### Goal of the exercise
Set down exactly, from the records below, the line with "v -3.005 0 -9.197" through the line with "v 3.175 6.35 -5.388", and nothing else.
----
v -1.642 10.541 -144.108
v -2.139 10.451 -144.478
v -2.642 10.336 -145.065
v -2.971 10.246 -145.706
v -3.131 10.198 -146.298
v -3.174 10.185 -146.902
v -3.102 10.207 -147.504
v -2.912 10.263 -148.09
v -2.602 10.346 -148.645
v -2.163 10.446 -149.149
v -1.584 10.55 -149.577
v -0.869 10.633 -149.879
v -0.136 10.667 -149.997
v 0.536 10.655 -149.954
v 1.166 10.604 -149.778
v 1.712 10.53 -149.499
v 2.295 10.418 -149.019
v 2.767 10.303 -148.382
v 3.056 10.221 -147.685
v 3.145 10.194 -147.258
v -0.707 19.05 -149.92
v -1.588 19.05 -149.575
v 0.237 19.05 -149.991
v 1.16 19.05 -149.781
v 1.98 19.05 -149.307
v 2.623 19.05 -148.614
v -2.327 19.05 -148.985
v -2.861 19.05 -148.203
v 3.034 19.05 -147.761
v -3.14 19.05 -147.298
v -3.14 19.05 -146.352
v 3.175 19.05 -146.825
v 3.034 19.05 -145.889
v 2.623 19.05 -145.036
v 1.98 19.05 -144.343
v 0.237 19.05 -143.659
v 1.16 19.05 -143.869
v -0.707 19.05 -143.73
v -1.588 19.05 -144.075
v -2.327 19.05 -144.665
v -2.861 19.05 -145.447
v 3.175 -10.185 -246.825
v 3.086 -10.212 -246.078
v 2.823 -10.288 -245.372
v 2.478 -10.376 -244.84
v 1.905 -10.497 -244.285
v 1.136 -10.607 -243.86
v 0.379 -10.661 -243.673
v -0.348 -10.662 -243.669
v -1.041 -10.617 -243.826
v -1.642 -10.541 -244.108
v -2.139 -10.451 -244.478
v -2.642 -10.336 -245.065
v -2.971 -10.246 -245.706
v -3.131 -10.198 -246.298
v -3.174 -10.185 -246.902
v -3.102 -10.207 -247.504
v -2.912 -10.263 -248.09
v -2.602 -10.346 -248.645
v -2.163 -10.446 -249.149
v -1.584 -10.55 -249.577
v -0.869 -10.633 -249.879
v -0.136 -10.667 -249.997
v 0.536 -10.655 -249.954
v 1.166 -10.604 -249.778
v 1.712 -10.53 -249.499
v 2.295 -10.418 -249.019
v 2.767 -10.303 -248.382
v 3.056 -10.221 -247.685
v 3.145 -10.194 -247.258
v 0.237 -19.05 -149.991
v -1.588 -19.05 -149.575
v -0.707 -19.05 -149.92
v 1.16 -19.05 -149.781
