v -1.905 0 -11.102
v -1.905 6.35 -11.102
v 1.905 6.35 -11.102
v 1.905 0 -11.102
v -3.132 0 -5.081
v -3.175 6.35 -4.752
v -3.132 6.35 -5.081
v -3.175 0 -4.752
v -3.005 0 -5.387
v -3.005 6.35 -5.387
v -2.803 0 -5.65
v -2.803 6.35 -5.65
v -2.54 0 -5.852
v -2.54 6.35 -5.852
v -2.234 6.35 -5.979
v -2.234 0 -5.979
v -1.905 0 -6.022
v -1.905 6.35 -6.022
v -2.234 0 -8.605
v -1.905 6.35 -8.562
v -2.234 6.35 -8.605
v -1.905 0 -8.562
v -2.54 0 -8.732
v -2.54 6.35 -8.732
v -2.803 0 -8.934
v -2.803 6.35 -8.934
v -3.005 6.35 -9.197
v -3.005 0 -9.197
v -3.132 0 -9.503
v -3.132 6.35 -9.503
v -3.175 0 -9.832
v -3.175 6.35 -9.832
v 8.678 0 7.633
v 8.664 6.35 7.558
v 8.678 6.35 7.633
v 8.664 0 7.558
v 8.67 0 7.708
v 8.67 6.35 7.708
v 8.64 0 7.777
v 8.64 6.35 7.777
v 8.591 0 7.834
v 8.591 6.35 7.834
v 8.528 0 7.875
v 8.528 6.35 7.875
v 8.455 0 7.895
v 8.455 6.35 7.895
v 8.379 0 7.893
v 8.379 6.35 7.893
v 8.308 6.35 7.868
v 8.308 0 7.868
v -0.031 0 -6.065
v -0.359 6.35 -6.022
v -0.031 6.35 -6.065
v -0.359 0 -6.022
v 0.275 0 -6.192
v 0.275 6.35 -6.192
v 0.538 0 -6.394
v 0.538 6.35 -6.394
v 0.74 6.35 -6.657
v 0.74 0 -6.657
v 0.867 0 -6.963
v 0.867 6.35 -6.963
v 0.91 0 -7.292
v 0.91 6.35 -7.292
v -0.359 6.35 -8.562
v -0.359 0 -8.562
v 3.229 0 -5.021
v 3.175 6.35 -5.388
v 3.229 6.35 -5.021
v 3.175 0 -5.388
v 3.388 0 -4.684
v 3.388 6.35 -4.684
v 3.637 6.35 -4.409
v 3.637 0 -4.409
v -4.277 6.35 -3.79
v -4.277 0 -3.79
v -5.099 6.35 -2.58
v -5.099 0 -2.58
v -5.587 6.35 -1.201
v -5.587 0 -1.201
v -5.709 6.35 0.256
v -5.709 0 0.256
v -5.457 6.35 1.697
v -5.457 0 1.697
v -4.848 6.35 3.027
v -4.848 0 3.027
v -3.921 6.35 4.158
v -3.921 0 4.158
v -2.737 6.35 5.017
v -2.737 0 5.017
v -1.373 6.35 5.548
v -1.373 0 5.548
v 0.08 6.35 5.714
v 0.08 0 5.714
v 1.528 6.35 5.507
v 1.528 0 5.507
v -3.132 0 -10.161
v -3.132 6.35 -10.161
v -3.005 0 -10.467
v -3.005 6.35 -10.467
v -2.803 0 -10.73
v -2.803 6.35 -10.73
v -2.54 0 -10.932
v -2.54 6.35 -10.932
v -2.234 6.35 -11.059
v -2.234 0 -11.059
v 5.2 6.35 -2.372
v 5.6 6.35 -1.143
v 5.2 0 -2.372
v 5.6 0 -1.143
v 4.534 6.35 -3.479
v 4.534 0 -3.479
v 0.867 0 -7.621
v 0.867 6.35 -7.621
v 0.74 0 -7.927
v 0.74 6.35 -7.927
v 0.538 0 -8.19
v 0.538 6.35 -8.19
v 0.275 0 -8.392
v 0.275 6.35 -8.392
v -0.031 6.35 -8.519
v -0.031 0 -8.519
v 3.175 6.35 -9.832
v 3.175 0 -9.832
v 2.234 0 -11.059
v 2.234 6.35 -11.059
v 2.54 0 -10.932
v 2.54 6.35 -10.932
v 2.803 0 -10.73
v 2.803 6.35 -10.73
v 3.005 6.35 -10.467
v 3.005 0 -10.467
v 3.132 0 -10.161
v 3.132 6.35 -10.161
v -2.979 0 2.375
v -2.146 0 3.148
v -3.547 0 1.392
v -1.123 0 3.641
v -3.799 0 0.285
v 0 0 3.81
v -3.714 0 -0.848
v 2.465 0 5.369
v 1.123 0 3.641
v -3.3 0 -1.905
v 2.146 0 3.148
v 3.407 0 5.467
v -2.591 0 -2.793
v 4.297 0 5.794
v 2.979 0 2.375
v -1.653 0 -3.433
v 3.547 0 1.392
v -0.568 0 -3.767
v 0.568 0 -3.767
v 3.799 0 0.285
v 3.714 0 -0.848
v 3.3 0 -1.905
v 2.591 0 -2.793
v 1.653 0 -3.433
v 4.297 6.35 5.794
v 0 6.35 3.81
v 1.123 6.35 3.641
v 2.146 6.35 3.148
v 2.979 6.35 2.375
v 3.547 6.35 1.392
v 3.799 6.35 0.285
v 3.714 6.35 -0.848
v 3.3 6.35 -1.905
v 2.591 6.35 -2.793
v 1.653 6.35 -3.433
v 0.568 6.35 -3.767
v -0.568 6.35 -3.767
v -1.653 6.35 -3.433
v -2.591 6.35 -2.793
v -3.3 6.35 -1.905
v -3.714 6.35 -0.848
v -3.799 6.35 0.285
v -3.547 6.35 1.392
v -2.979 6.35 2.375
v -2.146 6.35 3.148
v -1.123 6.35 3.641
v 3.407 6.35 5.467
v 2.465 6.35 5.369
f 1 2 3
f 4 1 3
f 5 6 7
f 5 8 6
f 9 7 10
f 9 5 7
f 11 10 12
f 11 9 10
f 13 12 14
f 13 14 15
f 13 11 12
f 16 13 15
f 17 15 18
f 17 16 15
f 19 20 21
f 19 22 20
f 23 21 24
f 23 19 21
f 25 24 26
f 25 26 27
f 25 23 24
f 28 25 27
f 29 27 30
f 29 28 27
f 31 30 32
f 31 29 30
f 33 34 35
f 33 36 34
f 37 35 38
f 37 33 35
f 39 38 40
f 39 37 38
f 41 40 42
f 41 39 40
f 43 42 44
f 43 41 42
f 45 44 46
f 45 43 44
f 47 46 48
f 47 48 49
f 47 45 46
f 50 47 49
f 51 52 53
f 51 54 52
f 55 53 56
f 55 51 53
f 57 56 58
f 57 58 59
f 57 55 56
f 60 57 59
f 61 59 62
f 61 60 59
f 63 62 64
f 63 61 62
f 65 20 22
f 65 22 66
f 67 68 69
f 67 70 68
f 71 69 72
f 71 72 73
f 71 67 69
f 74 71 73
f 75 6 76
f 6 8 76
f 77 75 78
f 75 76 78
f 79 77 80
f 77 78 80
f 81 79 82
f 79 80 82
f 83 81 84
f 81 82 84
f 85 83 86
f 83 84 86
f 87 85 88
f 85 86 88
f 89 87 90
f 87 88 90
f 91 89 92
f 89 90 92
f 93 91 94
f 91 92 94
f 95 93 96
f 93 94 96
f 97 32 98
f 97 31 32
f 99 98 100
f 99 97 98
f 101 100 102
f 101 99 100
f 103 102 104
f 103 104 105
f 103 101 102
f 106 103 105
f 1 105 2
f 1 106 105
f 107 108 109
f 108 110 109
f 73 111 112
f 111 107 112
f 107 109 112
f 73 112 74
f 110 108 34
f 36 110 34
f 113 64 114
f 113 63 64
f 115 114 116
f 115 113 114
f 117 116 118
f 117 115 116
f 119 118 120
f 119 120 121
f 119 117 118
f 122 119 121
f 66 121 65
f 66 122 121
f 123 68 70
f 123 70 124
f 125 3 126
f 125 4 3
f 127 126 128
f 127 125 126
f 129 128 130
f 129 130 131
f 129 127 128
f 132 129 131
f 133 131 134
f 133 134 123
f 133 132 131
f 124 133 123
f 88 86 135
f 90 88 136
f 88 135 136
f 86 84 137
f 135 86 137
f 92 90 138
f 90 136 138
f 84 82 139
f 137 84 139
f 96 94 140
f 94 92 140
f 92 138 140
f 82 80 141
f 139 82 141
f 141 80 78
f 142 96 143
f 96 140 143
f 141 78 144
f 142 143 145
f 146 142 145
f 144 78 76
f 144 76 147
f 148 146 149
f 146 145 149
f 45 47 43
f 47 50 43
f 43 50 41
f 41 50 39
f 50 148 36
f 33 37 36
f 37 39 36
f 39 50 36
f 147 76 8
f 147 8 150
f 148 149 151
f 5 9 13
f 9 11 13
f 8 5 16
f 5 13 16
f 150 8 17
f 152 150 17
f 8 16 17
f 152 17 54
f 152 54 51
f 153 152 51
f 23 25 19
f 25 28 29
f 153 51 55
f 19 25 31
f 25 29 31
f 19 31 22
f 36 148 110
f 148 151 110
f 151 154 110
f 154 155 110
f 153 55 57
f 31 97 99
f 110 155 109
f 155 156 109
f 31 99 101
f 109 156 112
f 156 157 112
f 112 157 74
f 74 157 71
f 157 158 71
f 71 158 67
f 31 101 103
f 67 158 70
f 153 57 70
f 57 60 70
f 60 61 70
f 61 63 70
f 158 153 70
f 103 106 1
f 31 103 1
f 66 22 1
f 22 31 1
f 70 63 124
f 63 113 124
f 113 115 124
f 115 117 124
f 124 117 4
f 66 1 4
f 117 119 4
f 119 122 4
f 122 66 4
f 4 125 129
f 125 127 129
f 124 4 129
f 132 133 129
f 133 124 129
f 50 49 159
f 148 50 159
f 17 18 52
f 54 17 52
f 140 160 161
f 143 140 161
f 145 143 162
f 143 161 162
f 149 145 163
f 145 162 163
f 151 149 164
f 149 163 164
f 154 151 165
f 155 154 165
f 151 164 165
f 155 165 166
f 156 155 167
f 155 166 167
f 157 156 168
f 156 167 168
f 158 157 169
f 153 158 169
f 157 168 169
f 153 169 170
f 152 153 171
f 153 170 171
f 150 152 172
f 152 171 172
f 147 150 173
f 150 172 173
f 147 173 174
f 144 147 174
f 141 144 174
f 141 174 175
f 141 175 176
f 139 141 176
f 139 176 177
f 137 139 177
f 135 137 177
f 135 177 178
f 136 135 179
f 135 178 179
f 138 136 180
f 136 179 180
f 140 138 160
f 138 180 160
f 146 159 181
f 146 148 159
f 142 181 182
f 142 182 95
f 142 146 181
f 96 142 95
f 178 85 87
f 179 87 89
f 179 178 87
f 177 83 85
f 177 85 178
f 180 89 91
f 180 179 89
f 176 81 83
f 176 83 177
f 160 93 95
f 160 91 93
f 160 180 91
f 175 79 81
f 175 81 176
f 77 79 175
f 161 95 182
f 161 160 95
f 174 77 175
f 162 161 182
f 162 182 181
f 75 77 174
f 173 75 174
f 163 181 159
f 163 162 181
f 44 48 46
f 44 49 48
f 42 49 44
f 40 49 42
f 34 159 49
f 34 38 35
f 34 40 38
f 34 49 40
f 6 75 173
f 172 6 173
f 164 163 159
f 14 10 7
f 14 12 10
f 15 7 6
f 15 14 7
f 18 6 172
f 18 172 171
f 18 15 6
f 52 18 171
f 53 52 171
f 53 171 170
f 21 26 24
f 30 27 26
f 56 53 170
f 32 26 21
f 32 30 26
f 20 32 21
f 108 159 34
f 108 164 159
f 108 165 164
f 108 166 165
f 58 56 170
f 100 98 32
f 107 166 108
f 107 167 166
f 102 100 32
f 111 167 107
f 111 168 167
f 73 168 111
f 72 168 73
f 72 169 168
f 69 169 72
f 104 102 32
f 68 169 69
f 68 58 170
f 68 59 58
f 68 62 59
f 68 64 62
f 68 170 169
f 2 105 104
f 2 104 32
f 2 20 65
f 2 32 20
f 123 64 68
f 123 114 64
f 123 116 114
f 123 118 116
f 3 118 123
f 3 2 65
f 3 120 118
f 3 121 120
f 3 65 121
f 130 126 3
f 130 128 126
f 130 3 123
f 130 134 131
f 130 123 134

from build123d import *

# Parameters (mm, degrees)
SKETCH1_R           = 5.715
BOSS_EXTRUDE1_DEPTH = 6.35
SKETCH3_R           = 3.81
CUT_EXTRUDE1_DEPTH  = 6.35
BOSS_EXTRUDE3_DEPTH = 6.35
FILLET2_R           = 0.254
FILLET3_R           = 3.81
SKETCH4_W           = 6.35
SKETCH4_H           = 6.35
BOSS_EXTRUDE4_DEPTH = 6.35
SKETCH5_W           = 4.085425086
SKETCH5_H           = 2.54
CUT_EXTRUDE2_DEPTH  = 6.35
FILLET4_R           = 1.27


with BuildPart() as part:
    # Sketch1 → Boss-Extrude1 (new body)
    with BuildSketch(Plane(origin=(0, 0, 0), x_dir=(1, 0, 0), z_dir=(0, 1, 0))):
        with Locations(Location((0, 0, 0), (0, 0, 270))):
            Circle(SKETCH1_R)
    extrude(amount=BOSS_EXTRUDE1_DEPTH)

    # Sketch3 → Cut-Extrude1 (cut)
    with BuildSketch(Plane(origin=(0, 6.35, 0), x_dir=(1, 0, 0), z_dir=(0, 1, 0))):
        with Locations(Location((0, 0, 0), (0, 0, 270))):
            Circle(SKETCH3_R)
    extrude(amount=-CUT_EXTRUDE1_DEPTH, mode=Mode.SUBTRACT)

    # Sketch2 → Boss-Extrude3 (add)
    with BuildSketch(Plane(origin=(0, 6.35, 0), x_dir=(1, 0, 0), z_dir=(0, 1, 0))):
        Polygon((5.08, 2.618172072), (8.876921418, -8.162750326), (2.764587199, -5.001827928), align=None)
    extrude(amount=-BOSS_EXTRUDE3_DEPTH)

    # Fillet2
    fillet2_edges = [part.edges().sort_by_distance(p)[0] for p in [
        (8.876921418, 3.175, 8.162750326),
    ]]
    fillet(fillet2_edges, radius=FILLET2_R)

    # Fillet3
    fillet3_edges = [part.edges().sort_by_distance(p)[0] for p in [
        (2.764587199, 3.175, 5.001827928),
    ]]
    fillet(fillet3_edges, radius=FILLET3_R)

    # Sketch4 → Boss-Extrude4 (add)
    with BuildSketch(Plane(origin=(0, 6.35, 0), x_dir=(1, 0, 0), z_dir=(0, 1, 0))):
        with Locations((0, 7.926904881)):
            Rectangle(SKETCH4_W, SKETCH4_H)
    extrude(amount=-BOSS_EXTRUDE4_DEPTH)

    # Sketch5 → Cut-Extrude2 (cut)
    with BuildSketch(Plane(origin=(0, 6.35, 0), x_dir=(1, 0, 0), z_dir=(0, 1, 0))):
        with Locations((-1.132287457, 7.291904881)):
            Rectangle(SKETCH5_W, SKETCH5_H)
    extrude(amount=-CUT_EXTRUDE2_DEPTH, mode=Mode.SUBTRACT)

    # Fillet4
    fillet4_edges = [part.edges().sort_by_distance(p)[0] for p in [
        (3.175, 3.175, -4.751904881),
        (-3.175, 3.175, -6.021904881),
        (0.910425086, 3.175, -6.021904881),
        (0.910425086, 3.175, -8.561904881),
        (-3.175, 3.175, -8.561904881),
        (-3.175, 3.175, -11.101904881),
        (3.175, 3.175, -11.101904881),
    ]]
    fillet(fillet4_edges, radius=FILLET4_R - 0.0001)  # a hair under: the kernel refuses the full size


solid = part.part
----
### Answer box
v -3.005 0 -9.197
v -3.132 0 -9.503
v -3.132 6.35 -9.503
v -3.175 0 -9.832
v -3.175 6.35 -9.832
v 8.678 0 7.633
v 8.664 6.35 7.558
v 8.678 6.35 7.633
v 8.664 0 7.558
v 8.67 0 7.708
v 8.67 6.35 7.708
v 8.64 0 7.777
v 8.64 6.35 7.777
v 8.591 0 7.834
v 8.591 6.35 7.834
v 8.528 0 7.875
v 8.528 6.35 7.875
v 8.455 0 7.895
v 8.455 6.35 7.895
v 8.379 0 7.893
v 8.379 6.35 7.893
v 8.308 6.35 7.868
v 8.308 0 7.868
v -0.031 0 -6.065
v -0.359 6.35 -6.022
v -0.031 6.35 -6.065
v -0.359 0 -6.022
v 0.275 0 -6.192
v 0.275 6.35 -6.192
v 0.538 0 -6.394
v 0.538 6.35 -6.394
v 0.74 6.35 -6.657
v 0.74 0 -6.657
v 0.867 0 -6.963
v 0.867 6.35 -6.963
v 0.91 0 -7.292
v 0.91 6.35 -7.292
v -0.359 6.35 -8.562
v -0.359 0 -8.562
v 3.229 0 -5.021
v 3.175 6.35 -5.388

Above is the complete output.